When a recurring customer with a cleft palate and a disturbing demeanor fixates on the young woman, he fills her life with tension and unease. He stalks her as she walks alone, late at night. She demands he cease and desist, but he refuses. The newspapers report a serial killer on the loose, and she fears she’s been pulled into the orbit of a disturbed individual.
“Hat Check” succeeds in its wealth of atmosphere. As with “The Closet”, Biro and Crandall take pains to give us a sense of who the characters are and how they interact in their environments. At 11 large pages of four-row panels, the story has breathing room to explore its subjects as needed. Reading these two stories, I thought of Will Eisner’s contemporary Spirit pieces where he told an ironic short story in seven smaller pages, with his star doing a walk-on in the last few panels.
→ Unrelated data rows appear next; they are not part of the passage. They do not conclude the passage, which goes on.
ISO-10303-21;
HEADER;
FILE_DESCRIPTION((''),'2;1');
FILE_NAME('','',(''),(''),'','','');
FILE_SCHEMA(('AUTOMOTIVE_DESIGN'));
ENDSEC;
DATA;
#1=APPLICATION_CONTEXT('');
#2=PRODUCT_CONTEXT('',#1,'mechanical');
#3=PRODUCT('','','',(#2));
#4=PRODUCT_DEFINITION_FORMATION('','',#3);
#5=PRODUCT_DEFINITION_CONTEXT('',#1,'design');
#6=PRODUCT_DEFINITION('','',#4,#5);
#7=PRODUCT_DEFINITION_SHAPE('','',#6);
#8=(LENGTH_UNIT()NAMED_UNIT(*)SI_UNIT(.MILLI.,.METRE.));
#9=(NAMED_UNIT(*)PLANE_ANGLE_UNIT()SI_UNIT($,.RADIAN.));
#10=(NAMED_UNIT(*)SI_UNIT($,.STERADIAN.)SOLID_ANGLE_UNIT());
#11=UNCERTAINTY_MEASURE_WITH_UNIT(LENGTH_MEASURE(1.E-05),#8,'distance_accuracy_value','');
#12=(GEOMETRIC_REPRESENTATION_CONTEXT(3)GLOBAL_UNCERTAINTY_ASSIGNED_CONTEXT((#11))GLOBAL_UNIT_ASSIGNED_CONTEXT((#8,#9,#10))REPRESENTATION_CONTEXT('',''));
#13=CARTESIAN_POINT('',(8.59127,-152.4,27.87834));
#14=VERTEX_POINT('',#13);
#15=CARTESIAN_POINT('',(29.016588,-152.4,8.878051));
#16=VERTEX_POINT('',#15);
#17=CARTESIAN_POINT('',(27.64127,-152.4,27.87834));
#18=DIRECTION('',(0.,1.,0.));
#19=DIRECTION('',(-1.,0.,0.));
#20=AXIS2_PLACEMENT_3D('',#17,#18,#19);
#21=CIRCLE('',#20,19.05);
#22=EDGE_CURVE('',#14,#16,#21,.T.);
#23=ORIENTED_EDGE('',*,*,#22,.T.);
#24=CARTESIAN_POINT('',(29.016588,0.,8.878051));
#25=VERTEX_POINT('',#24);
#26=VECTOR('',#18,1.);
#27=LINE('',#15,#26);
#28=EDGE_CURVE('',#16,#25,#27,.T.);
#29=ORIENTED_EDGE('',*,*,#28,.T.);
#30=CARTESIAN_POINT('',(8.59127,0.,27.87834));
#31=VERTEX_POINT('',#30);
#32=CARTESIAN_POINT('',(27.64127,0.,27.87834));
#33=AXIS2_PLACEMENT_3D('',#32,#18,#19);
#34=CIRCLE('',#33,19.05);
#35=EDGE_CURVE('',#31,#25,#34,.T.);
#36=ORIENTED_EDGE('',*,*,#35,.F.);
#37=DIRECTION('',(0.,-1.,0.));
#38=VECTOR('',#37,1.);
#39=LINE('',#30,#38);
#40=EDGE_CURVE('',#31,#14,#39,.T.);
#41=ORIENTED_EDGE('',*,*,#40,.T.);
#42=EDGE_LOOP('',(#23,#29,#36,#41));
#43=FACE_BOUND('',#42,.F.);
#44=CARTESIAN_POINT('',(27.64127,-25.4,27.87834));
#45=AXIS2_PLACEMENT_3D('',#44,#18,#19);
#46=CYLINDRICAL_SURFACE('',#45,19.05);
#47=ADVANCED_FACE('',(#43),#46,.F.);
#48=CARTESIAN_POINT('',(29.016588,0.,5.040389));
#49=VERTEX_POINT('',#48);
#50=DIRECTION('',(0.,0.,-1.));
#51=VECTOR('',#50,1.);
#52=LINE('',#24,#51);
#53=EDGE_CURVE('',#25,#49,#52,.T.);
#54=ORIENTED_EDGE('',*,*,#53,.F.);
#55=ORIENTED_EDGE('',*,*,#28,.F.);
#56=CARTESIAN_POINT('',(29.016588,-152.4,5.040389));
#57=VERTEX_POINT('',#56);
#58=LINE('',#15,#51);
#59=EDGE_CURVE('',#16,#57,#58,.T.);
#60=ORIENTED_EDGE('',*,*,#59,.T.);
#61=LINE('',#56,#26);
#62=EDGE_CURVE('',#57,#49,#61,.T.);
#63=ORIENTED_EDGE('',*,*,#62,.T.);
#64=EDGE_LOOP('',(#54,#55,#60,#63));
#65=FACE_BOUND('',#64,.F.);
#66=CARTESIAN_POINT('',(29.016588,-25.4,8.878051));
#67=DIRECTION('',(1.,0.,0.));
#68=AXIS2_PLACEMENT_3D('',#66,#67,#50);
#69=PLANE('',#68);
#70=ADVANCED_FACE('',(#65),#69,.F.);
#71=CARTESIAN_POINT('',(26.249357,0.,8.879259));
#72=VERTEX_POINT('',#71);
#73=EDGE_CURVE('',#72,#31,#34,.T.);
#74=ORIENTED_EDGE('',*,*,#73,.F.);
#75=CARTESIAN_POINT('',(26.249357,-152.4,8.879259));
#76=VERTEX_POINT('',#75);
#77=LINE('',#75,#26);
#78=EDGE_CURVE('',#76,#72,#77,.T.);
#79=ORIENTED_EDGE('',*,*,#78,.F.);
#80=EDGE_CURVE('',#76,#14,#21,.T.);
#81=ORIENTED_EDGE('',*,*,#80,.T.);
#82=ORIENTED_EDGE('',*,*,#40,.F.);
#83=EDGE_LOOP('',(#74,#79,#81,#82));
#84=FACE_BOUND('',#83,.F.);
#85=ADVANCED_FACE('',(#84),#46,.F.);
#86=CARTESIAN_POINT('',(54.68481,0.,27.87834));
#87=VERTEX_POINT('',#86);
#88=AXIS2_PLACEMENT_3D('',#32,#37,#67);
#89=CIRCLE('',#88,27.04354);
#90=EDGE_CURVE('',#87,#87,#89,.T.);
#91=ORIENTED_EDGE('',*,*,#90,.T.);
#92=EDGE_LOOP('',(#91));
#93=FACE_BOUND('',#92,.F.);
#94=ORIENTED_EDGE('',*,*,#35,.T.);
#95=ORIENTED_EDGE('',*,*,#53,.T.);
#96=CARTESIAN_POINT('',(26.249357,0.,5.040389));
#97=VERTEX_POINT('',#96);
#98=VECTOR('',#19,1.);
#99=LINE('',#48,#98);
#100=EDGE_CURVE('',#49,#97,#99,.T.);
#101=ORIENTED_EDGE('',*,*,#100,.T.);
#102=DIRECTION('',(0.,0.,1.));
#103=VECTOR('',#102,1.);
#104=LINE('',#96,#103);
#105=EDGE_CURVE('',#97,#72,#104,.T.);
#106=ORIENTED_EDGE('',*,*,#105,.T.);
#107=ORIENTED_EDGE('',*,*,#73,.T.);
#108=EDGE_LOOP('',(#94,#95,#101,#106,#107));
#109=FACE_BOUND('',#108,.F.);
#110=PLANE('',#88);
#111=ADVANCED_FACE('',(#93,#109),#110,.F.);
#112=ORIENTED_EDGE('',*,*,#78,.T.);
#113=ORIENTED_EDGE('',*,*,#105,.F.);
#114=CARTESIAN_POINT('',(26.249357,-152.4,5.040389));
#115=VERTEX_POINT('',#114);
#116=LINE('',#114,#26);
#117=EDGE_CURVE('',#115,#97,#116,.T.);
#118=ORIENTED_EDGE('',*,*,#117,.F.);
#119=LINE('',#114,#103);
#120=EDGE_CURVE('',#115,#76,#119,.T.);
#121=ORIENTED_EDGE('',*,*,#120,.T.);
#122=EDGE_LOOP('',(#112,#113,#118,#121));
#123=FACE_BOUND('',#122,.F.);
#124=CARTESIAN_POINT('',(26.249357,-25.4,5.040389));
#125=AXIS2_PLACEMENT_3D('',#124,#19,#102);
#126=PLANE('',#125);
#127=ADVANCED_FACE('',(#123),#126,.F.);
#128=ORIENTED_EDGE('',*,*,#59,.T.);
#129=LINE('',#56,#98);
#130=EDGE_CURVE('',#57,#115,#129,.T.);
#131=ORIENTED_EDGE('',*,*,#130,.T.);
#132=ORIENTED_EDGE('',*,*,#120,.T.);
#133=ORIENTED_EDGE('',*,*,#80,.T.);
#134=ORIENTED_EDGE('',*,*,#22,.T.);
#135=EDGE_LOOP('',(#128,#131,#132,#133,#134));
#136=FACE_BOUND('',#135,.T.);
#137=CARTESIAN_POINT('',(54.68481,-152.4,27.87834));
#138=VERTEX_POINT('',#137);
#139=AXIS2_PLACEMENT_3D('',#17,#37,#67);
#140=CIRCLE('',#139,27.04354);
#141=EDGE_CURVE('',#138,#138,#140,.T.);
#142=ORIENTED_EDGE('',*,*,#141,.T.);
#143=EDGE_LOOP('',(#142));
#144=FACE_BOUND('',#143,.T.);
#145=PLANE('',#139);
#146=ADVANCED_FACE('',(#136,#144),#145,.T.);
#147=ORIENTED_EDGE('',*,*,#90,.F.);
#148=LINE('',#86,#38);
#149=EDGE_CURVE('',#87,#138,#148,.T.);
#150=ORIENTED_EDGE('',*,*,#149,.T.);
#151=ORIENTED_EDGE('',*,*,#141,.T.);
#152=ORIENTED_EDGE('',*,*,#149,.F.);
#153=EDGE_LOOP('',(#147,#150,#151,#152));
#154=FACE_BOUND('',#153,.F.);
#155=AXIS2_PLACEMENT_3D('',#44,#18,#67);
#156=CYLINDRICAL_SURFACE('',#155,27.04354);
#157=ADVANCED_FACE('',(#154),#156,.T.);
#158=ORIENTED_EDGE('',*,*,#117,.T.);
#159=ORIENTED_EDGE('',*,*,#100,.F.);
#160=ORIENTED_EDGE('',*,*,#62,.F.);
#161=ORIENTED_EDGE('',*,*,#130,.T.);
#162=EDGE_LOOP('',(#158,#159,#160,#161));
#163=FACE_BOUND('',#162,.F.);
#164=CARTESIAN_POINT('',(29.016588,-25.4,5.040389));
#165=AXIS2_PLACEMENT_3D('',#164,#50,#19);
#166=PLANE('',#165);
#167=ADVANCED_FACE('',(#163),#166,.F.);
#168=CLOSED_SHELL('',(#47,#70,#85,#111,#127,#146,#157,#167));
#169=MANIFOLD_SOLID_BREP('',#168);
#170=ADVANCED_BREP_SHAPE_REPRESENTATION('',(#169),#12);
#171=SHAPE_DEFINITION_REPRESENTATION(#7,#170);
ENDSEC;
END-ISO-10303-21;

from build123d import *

# Parameters (mm, degrees)
F0_R     = 27.0435400324
F1_DEPTH = 25.4
F3_D     = 38.1
F5_DEPTH = 25.4
F6_DEPTH = 127


with BuildPart() as f1:
    # F0 (on Front) → F1 (new body)
    with BuildSketch(Plane.XZ):
        with Locations((27.6412703097, 27.8783403337)):
            Circle(F0_R)
    extrude(amount=F1_DEPTH)

    # F3 (through all)
    with Locations(Plane.XZ.offset(25.4)):
        with Locations((27.6412703097, 27.8783403337)):
            Hole(F3_D / 2)

    # F4 (on face) → F5 (cut)
    with BuildSketch(Plane(origin=(0, 0, 0), x_dir=(-1, 0, 0), z_dir=(0, 1, 0))):
        with BuildLine():
            Line((-26.2493573993, 5.0403885543), (-26.2493573993, 8.8792593441))
            ThreePointArc((-26.2493573993, 8.8792593441), (-27.6329506683, 8.8283421504), (-29.0165878832, 8.8780508209))
            Line((-29.0165878832, 8.8780508209), (-29.0165878832, 5.0403885543))
            Line((-29.0165878832, 5.0403885543), (-26.2493573993, 5.0403885543))
        make_face()
    extrude(amount=-F5_DEPTH, mode=Mode.SUBTRACT)

    # F6 (add): a face of the model
    f6_faces = [f1.faces().sort_by_distance(p)[0] for p in [
        (1.362637099, -25.4, 27.8783403337),
    ]]
    extrude(f6_faces, amount=F6_DEPTH)


solid = f1.part
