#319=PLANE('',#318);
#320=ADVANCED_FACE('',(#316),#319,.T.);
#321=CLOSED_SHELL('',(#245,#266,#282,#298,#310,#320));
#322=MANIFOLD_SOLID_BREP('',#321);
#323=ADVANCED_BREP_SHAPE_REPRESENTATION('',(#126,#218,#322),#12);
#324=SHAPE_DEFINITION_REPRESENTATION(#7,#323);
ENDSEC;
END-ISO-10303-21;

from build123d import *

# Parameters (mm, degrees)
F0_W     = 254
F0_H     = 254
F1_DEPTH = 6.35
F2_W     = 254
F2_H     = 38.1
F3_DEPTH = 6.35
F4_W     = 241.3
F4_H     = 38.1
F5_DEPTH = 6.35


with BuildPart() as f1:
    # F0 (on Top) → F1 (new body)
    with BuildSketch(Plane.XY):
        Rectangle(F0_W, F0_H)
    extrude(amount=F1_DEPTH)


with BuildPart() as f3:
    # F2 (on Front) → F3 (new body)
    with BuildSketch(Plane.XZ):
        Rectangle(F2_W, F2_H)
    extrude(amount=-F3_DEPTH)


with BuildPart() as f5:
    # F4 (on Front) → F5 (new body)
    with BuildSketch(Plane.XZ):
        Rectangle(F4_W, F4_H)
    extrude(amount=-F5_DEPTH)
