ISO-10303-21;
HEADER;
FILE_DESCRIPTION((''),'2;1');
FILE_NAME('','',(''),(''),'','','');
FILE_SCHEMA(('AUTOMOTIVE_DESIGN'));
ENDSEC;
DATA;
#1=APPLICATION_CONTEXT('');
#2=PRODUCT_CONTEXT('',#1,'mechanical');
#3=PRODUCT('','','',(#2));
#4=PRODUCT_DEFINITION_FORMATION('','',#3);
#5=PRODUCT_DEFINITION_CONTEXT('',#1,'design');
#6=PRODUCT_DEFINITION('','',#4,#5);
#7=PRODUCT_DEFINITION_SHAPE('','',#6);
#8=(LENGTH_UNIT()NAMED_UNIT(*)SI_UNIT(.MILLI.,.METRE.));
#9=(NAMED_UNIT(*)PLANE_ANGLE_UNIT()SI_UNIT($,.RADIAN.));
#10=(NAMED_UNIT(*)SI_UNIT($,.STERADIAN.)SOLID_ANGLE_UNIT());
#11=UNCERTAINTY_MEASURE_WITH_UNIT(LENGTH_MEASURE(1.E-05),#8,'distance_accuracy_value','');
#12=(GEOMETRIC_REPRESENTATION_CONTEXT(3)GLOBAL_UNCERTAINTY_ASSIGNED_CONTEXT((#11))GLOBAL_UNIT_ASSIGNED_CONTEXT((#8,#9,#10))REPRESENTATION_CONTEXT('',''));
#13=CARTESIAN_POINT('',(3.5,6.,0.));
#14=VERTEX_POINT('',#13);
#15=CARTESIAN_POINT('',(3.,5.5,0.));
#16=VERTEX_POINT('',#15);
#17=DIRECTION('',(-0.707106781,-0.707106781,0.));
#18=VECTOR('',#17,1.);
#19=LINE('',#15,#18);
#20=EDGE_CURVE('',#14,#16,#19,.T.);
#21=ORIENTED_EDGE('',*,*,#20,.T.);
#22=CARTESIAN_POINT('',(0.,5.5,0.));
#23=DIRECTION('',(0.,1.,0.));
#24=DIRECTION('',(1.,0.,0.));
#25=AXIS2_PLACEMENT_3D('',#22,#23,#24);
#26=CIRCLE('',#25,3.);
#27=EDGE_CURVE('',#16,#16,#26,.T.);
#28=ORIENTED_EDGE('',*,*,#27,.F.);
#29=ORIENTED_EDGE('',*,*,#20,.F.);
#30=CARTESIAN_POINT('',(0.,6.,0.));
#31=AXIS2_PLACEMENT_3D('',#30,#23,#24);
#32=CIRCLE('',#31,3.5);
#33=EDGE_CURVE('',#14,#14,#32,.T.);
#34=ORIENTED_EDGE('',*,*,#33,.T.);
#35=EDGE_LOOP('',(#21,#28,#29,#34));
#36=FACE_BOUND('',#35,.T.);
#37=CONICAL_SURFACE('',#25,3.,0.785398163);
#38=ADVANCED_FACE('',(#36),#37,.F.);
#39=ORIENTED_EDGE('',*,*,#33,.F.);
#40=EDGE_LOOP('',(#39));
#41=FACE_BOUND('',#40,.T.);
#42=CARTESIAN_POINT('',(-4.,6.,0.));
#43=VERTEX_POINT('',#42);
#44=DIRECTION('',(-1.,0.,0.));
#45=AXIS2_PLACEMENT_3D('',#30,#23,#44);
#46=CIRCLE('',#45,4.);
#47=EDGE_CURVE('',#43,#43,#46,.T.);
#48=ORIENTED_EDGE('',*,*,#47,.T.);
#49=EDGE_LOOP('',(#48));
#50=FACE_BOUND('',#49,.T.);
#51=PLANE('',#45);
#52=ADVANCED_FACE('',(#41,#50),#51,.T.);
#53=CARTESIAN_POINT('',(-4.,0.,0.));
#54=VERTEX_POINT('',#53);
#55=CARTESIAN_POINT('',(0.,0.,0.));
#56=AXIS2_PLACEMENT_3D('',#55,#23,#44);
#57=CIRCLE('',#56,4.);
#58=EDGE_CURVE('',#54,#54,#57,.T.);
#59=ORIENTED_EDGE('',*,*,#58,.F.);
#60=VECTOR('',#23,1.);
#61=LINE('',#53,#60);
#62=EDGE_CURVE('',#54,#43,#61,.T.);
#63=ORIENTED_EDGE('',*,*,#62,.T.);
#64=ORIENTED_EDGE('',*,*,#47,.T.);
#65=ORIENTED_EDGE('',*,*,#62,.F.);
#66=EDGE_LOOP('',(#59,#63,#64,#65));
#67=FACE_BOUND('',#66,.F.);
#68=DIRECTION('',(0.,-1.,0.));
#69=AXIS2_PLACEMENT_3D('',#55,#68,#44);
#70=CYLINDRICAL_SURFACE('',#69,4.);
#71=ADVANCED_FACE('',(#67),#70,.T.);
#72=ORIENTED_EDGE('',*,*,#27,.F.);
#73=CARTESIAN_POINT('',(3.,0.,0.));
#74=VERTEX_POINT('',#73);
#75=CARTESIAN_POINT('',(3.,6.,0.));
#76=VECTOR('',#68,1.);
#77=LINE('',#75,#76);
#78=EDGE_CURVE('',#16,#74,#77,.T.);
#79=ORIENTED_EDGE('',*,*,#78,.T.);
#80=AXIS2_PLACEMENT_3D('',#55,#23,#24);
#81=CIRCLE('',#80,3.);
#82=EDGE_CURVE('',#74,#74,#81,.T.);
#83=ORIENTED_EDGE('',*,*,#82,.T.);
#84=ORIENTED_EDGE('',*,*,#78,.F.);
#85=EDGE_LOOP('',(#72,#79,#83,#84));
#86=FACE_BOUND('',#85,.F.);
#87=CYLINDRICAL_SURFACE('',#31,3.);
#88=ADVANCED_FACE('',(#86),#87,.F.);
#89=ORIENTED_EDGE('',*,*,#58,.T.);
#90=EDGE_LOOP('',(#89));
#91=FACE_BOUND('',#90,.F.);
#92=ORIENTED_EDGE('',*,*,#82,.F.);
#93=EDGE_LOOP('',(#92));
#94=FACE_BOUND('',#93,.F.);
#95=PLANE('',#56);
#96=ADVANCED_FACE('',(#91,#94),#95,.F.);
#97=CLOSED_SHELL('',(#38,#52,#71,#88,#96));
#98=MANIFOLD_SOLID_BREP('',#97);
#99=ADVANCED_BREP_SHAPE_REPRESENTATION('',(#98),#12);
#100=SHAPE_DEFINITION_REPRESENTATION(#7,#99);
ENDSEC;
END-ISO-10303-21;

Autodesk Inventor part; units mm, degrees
ref_plane "YZ Plane" through (0, 0, 0) normal (1, 0, 0) x (0, 1, 0)
ref_plane "XZ Plane" through (0, 0, 0) normal (0, 1, 0) x (-1, 0, 0)
ref_plane "XY Plane" through (0, 0, 0) normal (0, 0, 1) x (1, 0, 0)
sketch "Sketch1" plane through (0, 0, 0) normal (0, 1, 0) x (-1, 0, 0)
  circle A0 centre (0, 0) radius 4
  dimension "d0" = 8
extrude "Extrusion1" add sketch "Sketch1" along normal blind 6
sketch "Sketch2" plane through (0, 6, 0) normal (0, 1, 0) x (1, 0, 0)
  circle A0 centre (0, 0) radius 4 projected
  circle A1 centre (0, 0) radius 3
  dimension "d3" = 6
extrude "Extrusion2" cut sketch "Sketch2" against normal up to next contours A1
chamfer "Chamfer1" distance 0.5 angle 45 1 edges at (-3, 6, 0)
properties part number "E3DBowdenInsert" material "Brass, Soft Yellow"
Stories like Eisner’s “Ten Minutes”, “The First Man” and “The Barber” were aiming for what these two Biro-Crandall pieces achieve. These Tops entries lack Eisner’s melodrama. They take pains to downplay their events; this gives the reader authorship in deciding how dreadful, suspenseful or upsetting the stories are. Comics wouldn’t capture this sophistication again until the 1980s, when independent creators again explored this territory.
Among other standouts in this collection is a story written by Dick Briefer, one of the most idiosyncratic comics creators of its alleged golden age. Best-known for his inspired comic book version of “Frankenstein”, the cartoonist had a way with words evident in his droll dialogue and captions. This appears to be the only story he wrote for another artist.
“Our Explosive Children”, illustrated by George Tuska, is an intelligent account of an over-indulged, well-to-do young man whose arrogance and recklessness causes turmoil, death and unmarried pregnancy. Tuska’s caricatural, rounded cartooning was seldom as sober. Its calm helps leaven the melodrama of Briefer’s story. Briefer’s approach is more sensational than Biro’s, but no less invested in his characters and their relationship. The open-ended story, which asks of its readers “what are we going to do about it?” is another high spot in the book.
Biographical studies of Broadway legend Billy Rose and self-appointed reformer Anthony Comstock, based on prose biographies, show a lively approach to telling real-life stories in comics form. These are a far cry from the stifling scenarios of True Comics, the bland but successful title published from 1941 to 1950 by Parents’ Magazine Press.
With elegant artwork by Fred Kida, “Summer Waitress” is a solid romance story that explores a theme of classism. Kida's expressive, restrained drawings are impressive, and in concert with a well-told genre story by Virginia Hubbell (adapting Chuck Benedict), the results are a pleasant surprise.
And then there is “How Would You Live Under a World Government?” Illustrated by Bob Lubbers, it’s a fascinating piece of lefty propaganda that captures the sense post-war Americans shared that an atomic war could wipe out civilization at any time. Though hyperbolic in spots, the story is a riveting document of the tense mindset as the second World War segued into the Cold War.
There’s something of interest in every story in Tops; its prose pieces, usually the Achilles heel of the comic book, are solid. They include a minor but compelling short story by Dashiell Hammett, “The Joke on Eloise Morey”.
Designed by Keeli McCarthy, Tops is an elegant package—attractive and sensitive to its contents. This is a forgotten chapter in the abortive development of the comic book and its creators’ ambitions remain admirable. It enlightened me with its history and impressed me with its content, and that’s all I can ask of an archival volume.